If you have an older server with older hardware and 2003 is working fine, I wouldn't see an immediate need. I would however implement a disaster recovery plan. However if you want to migrate to a 2008 server or prep your domain for upgrading to 2008, you will need to go through a few steps to upgrade your forest and domain to 2008, as well as transfer FSMO roles (if you are migrating to a different box entirely).

If you migrate to another box entirely, you will have to:
1) Run ADPREP
2) Add the new box to the domain
3) DCPROMO the new box
(The following applies if you want the new box to be your primary domain controller)
4) Transfer FSMO roles to the new box
(The following applies if you want to demote the 2003 box from domain controller status)
5) DCPROMO the 2003 box

I suggest looking at the following articles:

http://www.petri.co.il/windows-server-2008-adprep.htm <----- Walkthrough on ADPREP
http://www.petri.co.il/transferring_fsmo_roles.htm <----- Walkthrough on transferring FSMO roles
http://www.jppinto.com/2010/07/dcpromo-on-windows-server-2008/ <----- DCPROMO

More info:

http://support.microsoft.com/kb/255504
http://technet.microsoft.com/en-us/library/cc731728(WS.10).aspx
http://technet.microsoft.com/en-us/library/cc753437(WS.10).aspx
http://technet.microsoft.com/en-us/library/cc754670(WS.10).aspx


----------



## Frenz (May 15, 2008)

Thank you very much i will have a read through them when i get a chance. 

The server is not that old, less than 2years and has been very well maintained.


----------



## geek117 (Nov 12, 2010)

As well as your server's hardware has the power to support the number of users you have (with whatever applications you are hosting), you should be alright. What are the specs of your server?

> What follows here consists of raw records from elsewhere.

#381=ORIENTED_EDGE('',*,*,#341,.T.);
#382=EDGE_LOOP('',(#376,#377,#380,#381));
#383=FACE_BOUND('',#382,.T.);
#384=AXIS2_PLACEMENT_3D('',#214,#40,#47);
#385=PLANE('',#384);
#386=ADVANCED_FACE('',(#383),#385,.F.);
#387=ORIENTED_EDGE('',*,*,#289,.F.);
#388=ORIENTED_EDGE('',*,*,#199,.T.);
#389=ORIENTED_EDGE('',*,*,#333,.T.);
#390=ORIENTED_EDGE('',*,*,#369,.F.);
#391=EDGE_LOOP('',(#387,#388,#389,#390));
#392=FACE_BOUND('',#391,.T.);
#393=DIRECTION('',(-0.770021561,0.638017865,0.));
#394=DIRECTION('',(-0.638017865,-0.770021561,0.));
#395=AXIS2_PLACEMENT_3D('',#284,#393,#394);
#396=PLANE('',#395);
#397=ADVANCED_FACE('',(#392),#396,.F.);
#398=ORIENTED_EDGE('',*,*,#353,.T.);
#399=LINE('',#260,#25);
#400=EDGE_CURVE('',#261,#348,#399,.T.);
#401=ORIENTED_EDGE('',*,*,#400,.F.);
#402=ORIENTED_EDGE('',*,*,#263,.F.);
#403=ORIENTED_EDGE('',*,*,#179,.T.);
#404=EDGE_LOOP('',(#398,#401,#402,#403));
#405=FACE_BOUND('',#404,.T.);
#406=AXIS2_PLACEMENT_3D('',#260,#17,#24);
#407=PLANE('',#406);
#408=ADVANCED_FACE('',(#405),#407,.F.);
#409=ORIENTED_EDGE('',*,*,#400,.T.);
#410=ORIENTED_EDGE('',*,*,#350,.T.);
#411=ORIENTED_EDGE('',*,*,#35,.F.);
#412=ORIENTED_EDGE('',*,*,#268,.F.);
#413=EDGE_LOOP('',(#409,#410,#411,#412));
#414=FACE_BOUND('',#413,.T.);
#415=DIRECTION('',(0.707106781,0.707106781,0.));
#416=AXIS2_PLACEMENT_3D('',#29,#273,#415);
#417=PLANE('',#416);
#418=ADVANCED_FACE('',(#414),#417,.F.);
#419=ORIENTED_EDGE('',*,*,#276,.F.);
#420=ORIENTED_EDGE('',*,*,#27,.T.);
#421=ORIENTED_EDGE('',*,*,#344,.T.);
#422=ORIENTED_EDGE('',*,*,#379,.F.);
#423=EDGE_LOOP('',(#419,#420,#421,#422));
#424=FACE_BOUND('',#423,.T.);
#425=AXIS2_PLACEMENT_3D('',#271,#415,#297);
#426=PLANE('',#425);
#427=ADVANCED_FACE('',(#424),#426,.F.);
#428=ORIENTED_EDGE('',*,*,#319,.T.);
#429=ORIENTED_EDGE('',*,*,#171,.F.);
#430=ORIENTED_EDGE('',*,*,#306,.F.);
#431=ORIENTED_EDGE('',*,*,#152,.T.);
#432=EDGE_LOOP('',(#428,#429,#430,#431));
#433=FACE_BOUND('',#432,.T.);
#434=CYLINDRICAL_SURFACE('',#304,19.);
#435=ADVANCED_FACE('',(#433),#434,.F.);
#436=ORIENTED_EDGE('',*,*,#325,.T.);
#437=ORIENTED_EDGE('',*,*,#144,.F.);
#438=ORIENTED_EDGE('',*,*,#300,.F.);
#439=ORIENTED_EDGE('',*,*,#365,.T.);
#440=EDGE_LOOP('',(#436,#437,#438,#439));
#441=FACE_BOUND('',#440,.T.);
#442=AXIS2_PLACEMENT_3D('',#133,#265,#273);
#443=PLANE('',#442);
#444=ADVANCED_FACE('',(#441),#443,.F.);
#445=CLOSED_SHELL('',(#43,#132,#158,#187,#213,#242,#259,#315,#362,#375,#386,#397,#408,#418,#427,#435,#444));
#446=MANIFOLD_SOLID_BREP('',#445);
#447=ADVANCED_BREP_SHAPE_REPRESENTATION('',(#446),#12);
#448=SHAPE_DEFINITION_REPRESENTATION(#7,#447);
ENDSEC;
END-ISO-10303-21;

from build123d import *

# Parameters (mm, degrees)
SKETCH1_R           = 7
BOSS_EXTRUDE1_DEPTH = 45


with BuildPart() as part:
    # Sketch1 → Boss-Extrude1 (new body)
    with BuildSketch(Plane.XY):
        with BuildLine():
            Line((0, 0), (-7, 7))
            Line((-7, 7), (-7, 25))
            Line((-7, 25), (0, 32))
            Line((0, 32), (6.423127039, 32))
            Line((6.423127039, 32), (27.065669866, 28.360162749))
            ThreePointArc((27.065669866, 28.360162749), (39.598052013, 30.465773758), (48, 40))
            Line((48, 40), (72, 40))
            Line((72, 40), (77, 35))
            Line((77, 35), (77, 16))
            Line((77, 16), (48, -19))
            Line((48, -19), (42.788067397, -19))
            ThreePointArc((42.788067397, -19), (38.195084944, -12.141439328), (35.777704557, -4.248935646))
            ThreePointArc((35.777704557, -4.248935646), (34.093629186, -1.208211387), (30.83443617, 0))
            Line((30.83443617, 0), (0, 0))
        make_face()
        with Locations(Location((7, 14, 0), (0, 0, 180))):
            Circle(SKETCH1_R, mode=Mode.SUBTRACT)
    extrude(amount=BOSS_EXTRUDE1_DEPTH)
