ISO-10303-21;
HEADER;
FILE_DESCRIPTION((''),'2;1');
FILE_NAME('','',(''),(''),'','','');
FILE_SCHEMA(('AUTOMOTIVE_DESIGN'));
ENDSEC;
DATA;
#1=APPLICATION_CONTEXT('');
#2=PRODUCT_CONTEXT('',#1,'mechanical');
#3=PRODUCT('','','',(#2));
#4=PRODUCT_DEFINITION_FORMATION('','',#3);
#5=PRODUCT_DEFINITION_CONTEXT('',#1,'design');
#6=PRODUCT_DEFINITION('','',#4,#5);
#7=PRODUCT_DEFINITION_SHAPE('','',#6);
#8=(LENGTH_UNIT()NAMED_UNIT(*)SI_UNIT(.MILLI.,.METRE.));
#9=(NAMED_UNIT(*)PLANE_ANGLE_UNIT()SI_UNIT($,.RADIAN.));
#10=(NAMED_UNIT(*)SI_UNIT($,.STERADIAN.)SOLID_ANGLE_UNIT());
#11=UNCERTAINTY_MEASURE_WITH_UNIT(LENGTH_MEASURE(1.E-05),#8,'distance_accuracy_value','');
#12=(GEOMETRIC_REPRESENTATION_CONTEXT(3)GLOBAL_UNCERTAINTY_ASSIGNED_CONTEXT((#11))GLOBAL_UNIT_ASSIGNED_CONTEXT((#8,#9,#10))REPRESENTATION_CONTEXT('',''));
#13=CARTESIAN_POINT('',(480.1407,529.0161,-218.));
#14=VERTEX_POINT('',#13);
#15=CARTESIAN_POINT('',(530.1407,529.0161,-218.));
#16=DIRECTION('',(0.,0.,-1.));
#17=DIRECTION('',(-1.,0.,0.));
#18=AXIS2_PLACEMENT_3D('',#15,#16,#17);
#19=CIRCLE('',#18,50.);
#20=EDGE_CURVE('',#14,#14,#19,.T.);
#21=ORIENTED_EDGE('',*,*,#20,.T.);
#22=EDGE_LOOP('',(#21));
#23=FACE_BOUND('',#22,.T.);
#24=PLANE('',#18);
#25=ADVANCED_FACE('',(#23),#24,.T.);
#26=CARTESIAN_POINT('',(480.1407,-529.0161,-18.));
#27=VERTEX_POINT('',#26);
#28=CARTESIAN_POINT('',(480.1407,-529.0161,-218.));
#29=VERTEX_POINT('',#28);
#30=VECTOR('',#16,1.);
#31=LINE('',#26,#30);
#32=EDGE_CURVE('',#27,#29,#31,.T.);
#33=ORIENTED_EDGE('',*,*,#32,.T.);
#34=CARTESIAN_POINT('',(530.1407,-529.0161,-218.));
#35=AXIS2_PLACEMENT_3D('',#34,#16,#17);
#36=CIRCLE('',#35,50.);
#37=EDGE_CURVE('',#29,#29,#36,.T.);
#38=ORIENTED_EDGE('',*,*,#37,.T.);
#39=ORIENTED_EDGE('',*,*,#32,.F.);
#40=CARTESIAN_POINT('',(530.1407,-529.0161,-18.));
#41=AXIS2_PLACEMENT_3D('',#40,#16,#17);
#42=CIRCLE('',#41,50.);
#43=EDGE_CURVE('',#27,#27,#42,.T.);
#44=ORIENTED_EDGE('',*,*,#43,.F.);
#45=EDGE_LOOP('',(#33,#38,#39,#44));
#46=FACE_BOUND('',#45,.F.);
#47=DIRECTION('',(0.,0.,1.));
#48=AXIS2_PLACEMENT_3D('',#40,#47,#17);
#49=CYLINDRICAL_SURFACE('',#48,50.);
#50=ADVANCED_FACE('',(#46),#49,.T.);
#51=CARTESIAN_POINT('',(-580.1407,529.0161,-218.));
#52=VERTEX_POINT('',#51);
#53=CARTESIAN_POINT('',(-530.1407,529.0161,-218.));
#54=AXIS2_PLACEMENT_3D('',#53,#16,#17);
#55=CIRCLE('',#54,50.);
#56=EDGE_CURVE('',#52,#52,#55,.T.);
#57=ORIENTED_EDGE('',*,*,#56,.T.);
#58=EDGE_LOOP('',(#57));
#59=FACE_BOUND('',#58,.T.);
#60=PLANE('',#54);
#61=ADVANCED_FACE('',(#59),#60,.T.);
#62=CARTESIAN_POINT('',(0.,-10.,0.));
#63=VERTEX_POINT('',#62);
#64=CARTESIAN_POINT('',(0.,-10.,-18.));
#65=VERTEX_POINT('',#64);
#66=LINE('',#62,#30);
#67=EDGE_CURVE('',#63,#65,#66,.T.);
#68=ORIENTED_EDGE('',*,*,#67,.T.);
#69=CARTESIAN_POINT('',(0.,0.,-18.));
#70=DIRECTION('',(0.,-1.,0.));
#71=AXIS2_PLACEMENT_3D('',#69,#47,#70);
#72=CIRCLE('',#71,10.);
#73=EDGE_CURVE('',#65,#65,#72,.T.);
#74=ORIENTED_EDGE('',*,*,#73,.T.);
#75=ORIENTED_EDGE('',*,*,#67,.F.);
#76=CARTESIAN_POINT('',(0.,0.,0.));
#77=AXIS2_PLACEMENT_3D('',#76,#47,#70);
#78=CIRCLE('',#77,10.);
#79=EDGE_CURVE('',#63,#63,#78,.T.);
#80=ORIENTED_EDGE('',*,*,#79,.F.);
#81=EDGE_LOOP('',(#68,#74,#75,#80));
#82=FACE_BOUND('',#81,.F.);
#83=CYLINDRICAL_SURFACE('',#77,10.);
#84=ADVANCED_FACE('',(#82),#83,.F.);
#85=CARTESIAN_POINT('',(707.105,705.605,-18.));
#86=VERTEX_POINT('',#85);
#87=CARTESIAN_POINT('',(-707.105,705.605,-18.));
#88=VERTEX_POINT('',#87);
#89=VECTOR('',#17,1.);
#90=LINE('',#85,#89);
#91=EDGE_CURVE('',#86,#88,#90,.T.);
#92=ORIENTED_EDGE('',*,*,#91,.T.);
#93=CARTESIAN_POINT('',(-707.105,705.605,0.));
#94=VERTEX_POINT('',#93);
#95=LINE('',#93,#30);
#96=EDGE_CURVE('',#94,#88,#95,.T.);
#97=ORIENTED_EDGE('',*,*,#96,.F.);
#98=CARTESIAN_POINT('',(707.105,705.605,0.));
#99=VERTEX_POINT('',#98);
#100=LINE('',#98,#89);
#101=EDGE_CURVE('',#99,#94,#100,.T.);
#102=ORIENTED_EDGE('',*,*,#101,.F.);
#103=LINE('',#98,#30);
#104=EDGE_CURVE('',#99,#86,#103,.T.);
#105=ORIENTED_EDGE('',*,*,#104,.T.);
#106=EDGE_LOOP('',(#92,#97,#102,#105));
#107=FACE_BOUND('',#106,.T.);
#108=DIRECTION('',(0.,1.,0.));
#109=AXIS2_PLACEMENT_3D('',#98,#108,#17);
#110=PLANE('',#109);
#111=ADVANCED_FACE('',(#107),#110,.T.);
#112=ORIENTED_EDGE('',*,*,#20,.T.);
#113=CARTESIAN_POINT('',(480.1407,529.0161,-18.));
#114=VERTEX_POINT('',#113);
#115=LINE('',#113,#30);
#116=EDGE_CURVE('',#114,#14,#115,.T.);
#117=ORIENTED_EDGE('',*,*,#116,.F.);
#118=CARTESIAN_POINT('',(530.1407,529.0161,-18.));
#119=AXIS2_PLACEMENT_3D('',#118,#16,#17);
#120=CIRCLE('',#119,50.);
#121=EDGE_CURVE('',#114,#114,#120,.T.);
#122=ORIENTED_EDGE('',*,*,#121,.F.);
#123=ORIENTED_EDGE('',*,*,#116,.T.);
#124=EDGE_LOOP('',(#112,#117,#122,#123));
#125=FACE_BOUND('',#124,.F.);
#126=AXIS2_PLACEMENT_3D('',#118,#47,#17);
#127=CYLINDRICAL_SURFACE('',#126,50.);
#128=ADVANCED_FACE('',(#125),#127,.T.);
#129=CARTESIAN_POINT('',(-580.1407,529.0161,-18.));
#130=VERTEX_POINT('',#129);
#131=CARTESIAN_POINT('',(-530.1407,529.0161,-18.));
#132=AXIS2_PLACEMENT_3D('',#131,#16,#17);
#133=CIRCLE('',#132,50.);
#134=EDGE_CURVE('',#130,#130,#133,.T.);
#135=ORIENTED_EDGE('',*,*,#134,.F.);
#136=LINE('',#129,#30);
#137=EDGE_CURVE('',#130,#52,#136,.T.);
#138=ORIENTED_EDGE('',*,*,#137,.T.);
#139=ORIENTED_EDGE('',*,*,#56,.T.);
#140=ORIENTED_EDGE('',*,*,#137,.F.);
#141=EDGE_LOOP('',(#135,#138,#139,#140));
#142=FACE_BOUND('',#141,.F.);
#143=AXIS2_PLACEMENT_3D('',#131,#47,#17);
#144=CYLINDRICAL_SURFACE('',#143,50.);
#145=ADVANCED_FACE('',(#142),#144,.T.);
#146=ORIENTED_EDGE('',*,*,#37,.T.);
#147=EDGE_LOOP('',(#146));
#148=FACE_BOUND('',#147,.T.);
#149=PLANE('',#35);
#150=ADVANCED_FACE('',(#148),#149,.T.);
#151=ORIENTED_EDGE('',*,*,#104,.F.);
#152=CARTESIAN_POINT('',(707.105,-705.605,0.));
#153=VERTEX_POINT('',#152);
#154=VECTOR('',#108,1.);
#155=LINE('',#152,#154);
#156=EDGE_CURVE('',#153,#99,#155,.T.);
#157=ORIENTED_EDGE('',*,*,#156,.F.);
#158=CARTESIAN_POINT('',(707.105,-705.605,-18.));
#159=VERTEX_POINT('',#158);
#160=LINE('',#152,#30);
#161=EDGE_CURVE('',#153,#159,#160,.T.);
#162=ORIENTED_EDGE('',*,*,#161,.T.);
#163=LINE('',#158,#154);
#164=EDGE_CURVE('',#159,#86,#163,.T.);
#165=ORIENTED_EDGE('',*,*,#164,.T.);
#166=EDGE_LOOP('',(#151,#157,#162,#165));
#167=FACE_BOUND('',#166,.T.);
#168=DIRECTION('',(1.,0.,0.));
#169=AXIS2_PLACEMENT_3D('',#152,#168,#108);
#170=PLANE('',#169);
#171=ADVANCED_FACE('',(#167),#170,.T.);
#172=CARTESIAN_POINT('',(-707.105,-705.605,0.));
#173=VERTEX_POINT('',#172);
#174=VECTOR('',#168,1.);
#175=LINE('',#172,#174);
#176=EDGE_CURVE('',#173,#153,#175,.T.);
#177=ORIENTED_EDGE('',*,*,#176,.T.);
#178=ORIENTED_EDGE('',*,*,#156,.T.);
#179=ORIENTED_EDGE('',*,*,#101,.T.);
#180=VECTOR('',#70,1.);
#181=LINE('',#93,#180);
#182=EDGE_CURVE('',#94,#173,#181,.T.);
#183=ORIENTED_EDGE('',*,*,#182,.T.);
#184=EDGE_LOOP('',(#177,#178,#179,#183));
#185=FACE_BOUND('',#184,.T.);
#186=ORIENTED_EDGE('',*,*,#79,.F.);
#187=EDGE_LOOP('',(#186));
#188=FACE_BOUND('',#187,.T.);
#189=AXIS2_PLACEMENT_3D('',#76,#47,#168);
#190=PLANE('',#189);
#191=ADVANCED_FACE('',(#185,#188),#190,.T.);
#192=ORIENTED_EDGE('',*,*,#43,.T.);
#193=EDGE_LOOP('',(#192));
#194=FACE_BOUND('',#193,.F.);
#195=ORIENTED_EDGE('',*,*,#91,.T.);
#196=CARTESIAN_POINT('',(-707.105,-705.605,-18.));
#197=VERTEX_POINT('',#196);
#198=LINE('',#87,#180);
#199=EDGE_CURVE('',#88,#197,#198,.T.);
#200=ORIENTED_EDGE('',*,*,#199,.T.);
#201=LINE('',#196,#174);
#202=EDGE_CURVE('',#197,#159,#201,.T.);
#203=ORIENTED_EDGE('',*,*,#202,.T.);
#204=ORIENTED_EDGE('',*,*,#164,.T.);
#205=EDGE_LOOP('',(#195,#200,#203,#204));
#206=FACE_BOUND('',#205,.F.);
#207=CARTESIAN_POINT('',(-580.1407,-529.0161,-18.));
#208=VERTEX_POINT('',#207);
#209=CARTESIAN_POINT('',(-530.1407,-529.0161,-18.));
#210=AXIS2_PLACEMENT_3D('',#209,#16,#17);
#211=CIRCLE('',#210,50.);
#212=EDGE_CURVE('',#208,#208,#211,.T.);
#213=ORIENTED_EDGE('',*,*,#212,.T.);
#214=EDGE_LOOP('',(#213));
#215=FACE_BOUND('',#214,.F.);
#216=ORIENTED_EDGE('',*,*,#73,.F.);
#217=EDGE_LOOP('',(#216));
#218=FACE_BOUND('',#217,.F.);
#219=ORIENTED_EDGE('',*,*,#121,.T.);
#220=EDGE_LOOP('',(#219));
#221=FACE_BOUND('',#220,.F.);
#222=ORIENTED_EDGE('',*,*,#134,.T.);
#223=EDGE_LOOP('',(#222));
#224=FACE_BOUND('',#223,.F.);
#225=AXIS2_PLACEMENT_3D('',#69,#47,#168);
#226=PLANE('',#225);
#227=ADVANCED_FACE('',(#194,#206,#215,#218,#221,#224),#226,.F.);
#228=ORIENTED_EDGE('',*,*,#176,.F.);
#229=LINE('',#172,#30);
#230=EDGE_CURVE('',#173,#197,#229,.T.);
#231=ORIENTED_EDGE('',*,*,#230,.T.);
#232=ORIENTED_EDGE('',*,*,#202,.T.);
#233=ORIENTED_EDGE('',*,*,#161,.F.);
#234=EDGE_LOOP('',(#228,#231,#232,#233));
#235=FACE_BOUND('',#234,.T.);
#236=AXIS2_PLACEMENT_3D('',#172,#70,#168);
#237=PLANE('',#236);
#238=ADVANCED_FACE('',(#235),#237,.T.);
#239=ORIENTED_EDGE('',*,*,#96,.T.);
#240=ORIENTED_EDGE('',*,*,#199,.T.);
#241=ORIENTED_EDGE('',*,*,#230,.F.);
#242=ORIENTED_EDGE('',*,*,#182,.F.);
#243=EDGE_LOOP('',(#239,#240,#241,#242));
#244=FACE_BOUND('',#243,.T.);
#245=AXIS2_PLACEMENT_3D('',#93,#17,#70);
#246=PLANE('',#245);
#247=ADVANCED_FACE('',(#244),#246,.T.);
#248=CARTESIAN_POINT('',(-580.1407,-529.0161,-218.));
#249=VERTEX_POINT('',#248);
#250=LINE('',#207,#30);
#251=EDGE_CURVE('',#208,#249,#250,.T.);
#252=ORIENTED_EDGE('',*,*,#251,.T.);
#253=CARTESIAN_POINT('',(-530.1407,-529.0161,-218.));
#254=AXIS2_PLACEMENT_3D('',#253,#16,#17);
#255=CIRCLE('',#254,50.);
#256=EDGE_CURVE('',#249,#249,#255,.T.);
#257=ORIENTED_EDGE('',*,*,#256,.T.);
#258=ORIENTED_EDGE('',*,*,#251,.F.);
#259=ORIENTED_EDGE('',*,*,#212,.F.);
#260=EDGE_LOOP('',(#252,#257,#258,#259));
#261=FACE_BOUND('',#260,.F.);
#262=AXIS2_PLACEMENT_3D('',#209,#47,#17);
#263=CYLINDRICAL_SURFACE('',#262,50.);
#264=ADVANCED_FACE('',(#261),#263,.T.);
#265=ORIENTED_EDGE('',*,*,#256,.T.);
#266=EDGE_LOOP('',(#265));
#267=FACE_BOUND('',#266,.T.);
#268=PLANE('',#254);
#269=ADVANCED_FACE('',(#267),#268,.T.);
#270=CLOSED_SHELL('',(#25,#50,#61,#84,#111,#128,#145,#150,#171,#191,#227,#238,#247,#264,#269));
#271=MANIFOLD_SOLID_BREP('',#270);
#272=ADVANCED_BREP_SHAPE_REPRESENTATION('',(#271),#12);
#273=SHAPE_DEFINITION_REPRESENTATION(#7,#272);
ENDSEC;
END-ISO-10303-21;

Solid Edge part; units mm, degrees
sketch "Sketch1" plane through (0, 0, 0) normal (0, 0, 1) x (1, 0, 0)
  line L0 (-707.105, -705.605) -> (707.105, -705.605)
  line L1 (707.105, -705.605) -> (707.105, 705.605)
  line L2 (707.105, 705.605) -> (-707.105, 705.605)
  line L3 (-707.105, 705.605) -> (-707.105, -705.605)
extrude "Protrusion1" add sketch "Sketch1" against normal blind 18
sketch "Sketch2" plane through (0, 0, -18) normal (0, 0, -1) x (-1, 0, 0)
  circle A0 centre (-530.1407, 529.0161) radius 50
  circle A1 centre (530.1407, 529.0161) radius 50
  circle A2 centre (530.1407, -529.0161) radius 50
  circle A3 centre (-530.1407, -529.0161) radius 50
extrude "Kihúzás_2" add sketch "Sketch2" along normal blind 200
sketch "Sketch3" plane through (0, 0, 0) normal (0, 0, 1) x (0, -1, 0)
  circle A0 centre (0, 0) radius 10
extrude "Kivágás_1" cut sketch "Sketch3" along normal mid plane 923.1568
extrude "Kivágás_2" [suppressed]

Please use the Tech Support Guy System Info Utility found here to provide this information.

EDIT: What type of backup/recovery plan do you currently have in place, and what will you implement once the new server is running? I must warn you that if you rely on NTBackup now, you may want to consider looking at a different app once you migrate to 2008. The Windows Server Backup application is not ideal (actually it's a step backward from NTBackup), and isn't as functional or practical as NTBackup. Also it cannot backup to tape drives.


----------



## Frenz (May 15, 2008)

geek117 said:


> As well as your server's hardware has the power to support the number of users you have (with whatever applications you are hosting), you should be alright. What are the specs of your server?
> 
> Please use the Tech Support Guy System Info Utility found here to provide this information.
> 
> EDIT: What type of backup/recovery plan do you currently have in place, and what will you implement once the new server is running? I must warn you that if you rely on NTBackup now, you may want to consider looking at a different app once you migrate to 2008. The Windows Server Backup application is not ideal (actually it's a step backward from NTBackup), and isn't as functional or practical as NTBackup. Also it cannot backup to tape drives.


Currently using NTbackup; i was under the impression tap drives were still a big part of server backup, what is the alternative.. external hdds? (Might look into it, having troubles with our tape drive anyway).

Am starting to think it is a daunting task, specially since i have not encountered any problems as of yet running 2003. Will have to reply next time i am on site with stats.

~Frenz


----------